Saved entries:
★ ★ ★ ★ ★

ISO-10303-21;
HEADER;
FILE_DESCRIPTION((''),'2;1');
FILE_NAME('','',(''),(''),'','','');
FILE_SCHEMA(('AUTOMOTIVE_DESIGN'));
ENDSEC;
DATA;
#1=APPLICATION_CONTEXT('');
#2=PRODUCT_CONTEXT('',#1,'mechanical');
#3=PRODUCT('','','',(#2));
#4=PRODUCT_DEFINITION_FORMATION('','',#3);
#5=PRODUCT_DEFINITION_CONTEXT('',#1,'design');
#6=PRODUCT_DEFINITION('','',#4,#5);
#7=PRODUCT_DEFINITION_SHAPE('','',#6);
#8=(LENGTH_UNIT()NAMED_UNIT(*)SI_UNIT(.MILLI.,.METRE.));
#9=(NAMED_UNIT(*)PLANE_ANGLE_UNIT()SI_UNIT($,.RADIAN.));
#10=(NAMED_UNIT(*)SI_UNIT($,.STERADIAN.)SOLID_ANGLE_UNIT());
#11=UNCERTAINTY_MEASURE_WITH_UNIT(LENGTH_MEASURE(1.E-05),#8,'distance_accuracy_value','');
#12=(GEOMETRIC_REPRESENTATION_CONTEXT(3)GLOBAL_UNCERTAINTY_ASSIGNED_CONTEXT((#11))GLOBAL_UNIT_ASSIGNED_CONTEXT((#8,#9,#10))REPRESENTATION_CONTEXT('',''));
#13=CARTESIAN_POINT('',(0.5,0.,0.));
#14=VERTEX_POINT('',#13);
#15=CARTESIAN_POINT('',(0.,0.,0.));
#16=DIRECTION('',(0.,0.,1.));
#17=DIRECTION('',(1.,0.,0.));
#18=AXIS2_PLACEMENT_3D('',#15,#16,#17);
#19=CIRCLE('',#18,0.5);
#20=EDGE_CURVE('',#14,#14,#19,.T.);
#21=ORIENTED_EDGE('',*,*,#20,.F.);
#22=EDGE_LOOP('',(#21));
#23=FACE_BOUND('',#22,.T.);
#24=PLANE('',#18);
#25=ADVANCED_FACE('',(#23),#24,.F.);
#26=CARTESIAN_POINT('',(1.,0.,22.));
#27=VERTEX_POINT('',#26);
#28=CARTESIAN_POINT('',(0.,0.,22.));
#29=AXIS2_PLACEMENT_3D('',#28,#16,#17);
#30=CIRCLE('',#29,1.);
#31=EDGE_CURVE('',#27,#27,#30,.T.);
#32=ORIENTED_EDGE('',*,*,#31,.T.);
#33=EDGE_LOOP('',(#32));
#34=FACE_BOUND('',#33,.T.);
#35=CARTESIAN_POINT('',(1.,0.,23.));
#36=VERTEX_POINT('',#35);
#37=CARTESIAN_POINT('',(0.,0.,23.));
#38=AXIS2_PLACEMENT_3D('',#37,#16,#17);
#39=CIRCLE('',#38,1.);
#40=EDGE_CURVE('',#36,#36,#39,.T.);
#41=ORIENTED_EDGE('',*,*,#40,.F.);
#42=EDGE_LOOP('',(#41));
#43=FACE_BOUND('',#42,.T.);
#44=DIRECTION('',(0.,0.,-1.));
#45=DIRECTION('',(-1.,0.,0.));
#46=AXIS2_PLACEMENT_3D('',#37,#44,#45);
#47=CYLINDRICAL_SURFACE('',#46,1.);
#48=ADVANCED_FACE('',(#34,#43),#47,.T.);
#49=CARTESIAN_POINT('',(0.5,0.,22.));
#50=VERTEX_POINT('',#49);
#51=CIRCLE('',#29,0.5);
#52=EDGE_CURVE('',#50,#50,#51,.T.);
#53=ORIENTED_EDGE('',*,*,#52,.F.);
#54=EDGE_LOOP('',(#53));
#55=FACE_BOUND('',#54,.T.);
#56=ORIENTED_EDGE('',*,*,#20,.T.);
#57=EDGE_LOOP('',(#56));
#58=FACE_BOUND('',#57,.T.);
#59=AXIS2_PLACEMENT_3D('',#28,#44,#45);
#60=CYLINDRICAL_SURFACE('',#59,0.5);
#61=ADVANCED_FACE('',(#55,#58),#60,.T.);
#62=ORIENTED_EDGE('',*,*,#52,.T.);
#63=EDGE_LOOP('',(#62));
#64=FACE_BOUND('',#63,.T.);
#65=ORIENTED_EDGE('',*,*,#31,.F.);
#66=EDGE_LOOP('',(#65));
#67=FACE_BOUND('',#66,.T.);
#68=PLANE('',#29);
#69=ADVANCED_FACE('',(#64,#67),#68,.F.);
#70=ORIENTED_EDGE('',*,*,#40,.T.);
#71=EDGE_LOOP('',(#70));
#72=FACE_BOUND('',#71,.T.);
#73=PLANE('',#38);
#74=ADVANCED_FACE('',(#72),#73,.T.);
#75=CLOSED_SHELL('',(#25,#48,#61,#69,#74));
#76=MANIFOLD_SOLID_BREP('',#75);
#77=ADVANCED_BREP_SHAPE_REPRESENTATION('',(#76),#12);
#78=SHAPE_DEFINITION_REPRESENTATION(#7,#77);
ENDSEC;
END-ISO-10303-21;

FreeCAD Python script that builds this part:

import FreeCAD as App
import Part
import Sketcher

doc = App.newDocument("Part")
body = doc.addObject("PartDesign::Body", "Body")

# Sketch on XY plane
sketch1 = doc.addObject("Sketcher::SketchObject", "Sketch")
body.addObject(sketch1)
sketch1.AttachmentSupport = (doc.XY_Plane, [""])
sketch1.MapMode = "FlatFace"
sketch1.addGeometry(Part.Circle(App.Vector(0, 0, 0), App.Vector(0, 0, 1), 0.5), False)
sketch1.addConstraint(Sketcher.Constraint("Coincident", 0, 3, -1, 1))
sketch1.addConstraint(Sketcher.Constraint("Diameter", 0, 1.0))
pad1 = doc.addObject("PartDesign::Pad", "Pad")
body.addObject(pad1)
pad1.Profile = sketch1
pad1.Length = 22

# Sketch on XY plane
sketch2 = doc.addObject("Sketcher::SketchObject", "Sketch001")
body.addObject(sketch2)
sketch2.AttachmentSupport = (doc.XY_Plane, [""])
sketch2.MapMode = "FlatFace"
sketch2.AttachmentOffset = App.Placement(App.Vector(0, 0, 22), App.Rotation())
sketch2.addGeometry(Part.Circle(App.Vector(0, 0, 0), App.Vector(0, 0, 1), 1), False)
sketch2.addConstraint(Sketcher.Constraint("Coincident", 0, 3, -1, 1))
sketch2.addConstraint(Sketcher.Constraint("Diameter", 0, 2.0))
pad2 = doc.addObject("PartDesign::Pad", "Pad001")
body.addObject(pad2)
pad2.Profile = sketch2
pad2.Length = 1

doc.recompute()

★ ★ ★ ★ ★

## Task prompt
Exactly the lines from the one containing "#70=ORIENTED_EDGE('',*,*,#40,.T.);" to the final line of the entries must be restated, and no others.

## Worked solution
#70=ORIENTED_EDGE('',*,*,#40,.T.);
#71=EDGE_LOOP('',(#70));
#72=FACE_BOUND('',#71,.T.);
#73=PLANE('',#38);
#74=ADVANCED_FACE('',(#72),#73,.T.);
#75=CLOSED_SHELL('',(#25,#48,#61,#69,#74));
#76=MANIFOLD_SOLID_BREP('',#75);
#77=ADVANCED_BREP_SHAPE_REPRESENTATION('',(#76),#12);
#78=SHAPE_DEFINITION_REPRESENTATION(#7,#77);
ENDSEC;
END-ISO-10303-21;

FreeCAD Python script that builds this part:

import FreeCAD as App
import Part
import Sketcher

doc = App.newDocument("Part")
body = doc.addObject("PartDesign::Body", "Body")

# Sketch on XY plane
sketch1 = doc.addObject("Sketcher::SketchObject", "Sketch")
body.addObject(sketch1)
sketch1.AttachmentSupport = (doc.XY_Plane, [""])
sketch1.MapMode = "FlatFace"
sketch1.addGeometry(Part.Circle(App.Vector(0, 0, 0), App.Vector(0, 0, 1), 0.5), False)
sketch1.addConstraint(Sketcher.Constraint("Coincident", 0, 3, -1, 1))
sketch1.addConstraint(Sketcher.Constraint("Diameter", 0, 1.0))
pad1 = doc.addObject("PartDesign::Pad", "Pad")
body.addObject(pad1)
pad1.Profile = sketch1
pad1.Length = 22

# Sketch on XY plane
sketch2 = doc.addObject("Sketcher::SketchObject", "Sketch001")
body.addObject(sketch2)
sketch2.AttachmentSupport = (doc.XY_Plane, [""])
sketch2.MapMode = "FlatFace"
sketch2.AttachmentOffset = App.Placement(App.Vector(0, 0, 22), App.Rotation())
sketch2.addGeometry(Part.Circle(App.Vector(0, 0, 0), App.Vector(0, 0, 1), 1), False)
sketch2.addConstraint(Sketcher.Constraint("Coincident", 0, 3, -1, 1))
sketch2.addConstraint(Sketcher.Constraint("Diameter", 0, 2.0))
pad2 = doc.addObject("PartDesign::Pad", "Pad001")
body.addObject(pad2)
pad2.Profile = sketch2
pad2.Length = 1

doc.recompute()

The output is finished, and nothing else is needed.